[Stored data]
BEGIN
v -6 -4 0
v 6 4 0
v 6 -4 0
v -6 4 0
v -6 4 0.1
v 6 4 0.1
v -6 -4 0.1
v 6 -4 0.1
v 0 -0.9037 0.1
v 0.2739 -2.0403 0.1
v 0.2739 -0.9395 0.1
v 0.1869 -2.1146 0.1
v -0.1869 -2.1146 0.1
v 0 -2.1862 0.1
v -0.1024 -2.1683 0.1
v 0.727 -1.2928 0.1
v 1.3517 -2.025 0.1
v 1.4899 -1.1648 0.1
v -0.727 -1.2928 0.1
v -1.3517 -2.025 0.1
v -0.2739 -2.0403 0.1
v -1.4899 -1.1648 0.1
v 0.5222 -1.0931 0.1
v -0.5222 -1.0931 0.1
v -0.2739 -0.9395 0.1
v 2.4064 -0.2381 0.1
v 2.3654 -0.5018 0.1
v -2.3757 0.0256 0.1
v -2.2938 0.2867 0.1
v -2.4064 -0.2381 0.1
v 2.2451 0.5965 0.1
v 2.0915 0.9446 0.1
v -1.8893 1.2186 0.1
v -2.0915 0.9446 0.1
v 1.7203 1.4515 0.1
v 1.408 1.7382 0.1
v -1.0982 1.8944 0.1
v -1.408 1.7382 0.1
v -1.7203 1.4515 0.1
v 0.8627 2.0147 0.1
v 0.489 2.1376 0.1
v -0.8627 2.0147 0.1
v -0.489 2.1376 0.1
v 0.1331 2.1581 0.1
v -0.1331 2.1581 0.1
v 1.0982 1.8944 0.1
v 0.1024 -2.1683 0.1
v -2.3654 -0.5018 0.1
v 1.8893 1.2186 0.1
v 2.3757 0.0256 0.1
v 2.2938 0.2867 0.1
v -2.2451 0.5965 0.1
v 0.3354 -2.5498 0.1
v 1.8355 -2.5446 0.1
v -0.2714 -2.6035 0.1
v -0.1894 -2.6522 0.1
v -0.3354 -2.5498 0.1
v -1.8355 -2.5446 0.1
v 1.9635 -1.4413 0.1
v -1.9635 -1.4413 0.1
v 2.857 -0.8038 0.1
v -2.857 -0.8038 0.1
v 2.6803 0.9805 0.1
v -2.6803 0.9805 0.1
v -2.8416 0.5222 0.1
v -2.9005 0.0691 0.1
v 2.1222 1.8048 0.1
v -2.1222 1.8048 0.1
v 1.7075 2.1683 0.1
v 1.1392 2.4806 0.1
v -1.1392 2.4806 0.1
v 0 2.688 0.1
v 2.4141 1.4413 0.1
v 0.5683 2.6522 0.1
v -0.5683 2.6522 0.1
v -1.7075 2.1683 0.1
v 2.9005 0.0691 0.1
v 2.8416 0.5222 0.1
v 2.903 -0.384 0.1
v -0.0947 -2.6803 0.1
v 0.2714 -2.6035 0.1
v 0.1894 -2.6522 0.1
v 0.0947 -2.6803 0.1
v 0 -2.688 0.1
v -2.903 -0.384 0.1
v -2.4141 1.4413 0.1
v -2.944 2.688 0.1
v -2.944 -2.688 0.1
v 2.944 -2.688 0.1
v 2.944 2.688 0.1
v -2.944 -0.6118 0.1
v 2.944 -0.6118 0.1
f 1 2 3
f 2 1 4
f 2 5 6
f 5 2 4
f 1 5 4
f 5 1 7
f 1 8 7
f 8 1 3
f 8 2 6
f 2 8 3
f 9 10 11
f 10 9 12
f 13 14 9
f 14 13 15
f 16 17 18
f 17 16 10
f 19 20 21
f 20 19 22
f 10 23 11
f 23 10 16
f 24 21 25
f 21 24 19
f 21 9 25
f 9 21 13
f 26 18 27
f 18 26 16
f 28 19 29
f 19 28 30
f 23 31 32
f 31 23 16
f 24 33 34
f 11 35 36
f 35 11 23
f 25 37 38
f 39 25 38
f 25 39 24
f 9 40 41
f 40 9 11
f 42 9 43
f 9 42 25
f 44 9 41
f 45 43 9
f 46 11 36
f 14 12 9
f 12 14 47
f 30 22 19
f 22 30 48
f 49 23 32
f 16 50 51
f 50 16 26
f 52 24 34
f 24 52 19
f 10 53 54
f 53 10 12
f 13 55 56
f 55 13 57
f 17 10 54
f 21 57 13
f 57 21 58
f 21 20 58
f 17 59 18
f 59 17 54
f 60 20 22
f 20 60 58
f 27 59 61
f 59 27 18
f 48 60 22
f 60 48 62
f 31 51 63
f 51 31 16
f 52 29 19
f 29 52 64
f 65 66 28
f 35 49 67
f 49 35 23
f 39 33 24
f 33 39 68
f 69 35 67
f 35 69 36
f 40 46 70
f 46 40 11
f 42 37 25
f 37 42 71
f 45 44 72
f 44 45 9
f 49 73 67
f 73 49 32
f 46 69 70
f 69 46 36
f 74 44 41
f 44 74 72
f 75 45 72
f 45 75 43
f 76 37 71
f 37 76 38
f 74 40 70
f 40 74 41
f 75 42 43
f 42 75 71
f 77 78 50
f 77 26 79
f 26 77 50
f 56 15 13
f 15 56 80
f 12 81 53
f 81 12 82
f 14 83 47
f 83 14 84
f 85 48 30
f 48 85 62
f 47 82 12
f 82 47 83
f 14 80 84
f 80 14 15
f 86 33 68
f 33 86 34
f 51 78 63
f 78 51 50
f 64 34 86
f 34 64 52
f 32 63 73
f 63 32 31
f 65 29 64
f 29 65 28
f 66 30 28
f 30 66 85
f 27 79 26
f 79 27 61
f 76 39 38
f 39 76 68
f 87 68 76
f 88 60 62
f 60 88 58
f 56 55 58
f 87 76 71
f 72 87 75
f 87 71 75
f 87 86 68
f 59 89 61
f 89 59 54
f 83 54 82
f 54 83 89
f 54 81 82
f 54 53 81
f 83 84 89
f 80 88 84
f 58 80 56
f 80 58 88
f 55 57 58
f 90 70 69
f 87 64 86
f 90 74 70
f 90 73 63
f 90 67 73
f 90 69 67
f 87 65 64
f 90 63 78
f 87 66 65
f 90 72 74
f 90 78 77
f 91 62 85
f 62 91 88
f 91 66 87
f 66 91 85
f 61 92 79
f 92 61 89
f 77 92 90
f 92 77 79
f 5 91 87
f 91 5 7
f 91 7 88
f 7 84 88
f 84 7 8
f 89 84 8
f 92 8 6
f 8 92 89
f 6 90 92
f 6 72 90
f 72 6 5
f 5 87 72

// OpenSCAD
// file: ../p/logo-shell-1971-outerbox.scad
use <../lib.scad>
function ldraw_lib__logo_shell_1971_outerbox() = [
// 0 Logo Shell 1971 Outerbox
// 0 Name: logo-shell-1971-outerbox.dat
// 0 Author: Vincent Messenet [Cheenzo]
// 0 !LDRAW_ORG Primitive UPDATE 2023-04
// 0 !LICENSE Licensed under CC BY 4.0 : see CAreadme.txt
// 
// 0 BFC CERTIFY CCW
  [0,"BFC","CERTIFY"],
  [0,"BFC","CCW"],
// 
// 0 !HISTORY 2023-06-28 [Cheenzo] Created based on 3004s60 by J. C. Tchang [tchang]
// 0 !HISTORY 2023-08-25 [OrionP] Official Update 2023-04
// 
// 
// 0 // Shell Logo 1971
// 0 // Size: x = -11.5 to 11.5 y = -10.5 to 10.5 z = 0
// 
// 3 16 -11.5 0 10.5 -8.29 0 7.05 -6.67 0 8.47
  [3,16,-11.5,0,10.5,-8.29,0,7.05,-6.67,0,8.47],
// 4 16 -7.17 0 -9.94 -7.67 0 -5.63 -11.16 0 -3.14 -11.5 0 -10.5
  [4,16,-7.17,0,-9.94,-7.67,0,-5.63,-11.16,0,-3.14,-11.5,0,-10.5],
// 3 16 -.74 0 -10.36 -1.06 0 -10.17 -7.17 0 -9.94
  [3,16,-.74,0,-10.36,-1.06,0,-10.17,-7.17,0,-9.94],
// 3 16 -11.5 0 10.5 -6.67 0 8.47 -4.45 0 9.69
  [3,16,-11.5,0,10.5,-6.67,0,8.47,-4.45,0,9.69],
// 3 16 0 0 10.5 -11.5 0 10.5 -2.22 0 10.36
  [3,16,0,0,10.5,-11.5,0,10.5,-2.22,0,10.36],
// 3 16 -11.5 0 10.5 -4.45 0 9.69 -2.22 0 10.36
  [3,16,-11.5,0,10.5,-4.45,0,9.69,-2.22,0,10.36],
END
> **TASK INSTRUCTIONS**: Given the data above, transcribe exactly the lines from the one containing "v -0.2739 -2.0403 0.1" down to the one containing "v 0.489 2.1376 0.1", and no others.

> **ANSWER**:
v -0.2739 -2.0403 0.1
v -1.4899 -1.1648 0.1
v 0.5222 -1.0931 0.1
v -0.5222 -1.0931 0.1
v -0.2739 -0.9395 0.1
v 2.4064 -0.2381 0.1
v 2.3654 -0.5018 0.1
v -2.3757 0.0256 0.1
v -2.2938 0.2867 0.1
v -2.4064 -0.2381 0.1
v 2.2451 0.5965 0.1
v 2.0915 0.9446 0.1
v -1.8893 1.2186 0.1
v -2.0915 0.9446 0.1
v 1.7203 1.4515 0.1
v 1.408 1.7382 0.1
v -1.0982 1.8944 0.1
v -1.408 1.7382 0.1
v -1.7203 1.4515 0.1
v 0.8627 2.0147 0.1
v 0.489 2.1376 0.1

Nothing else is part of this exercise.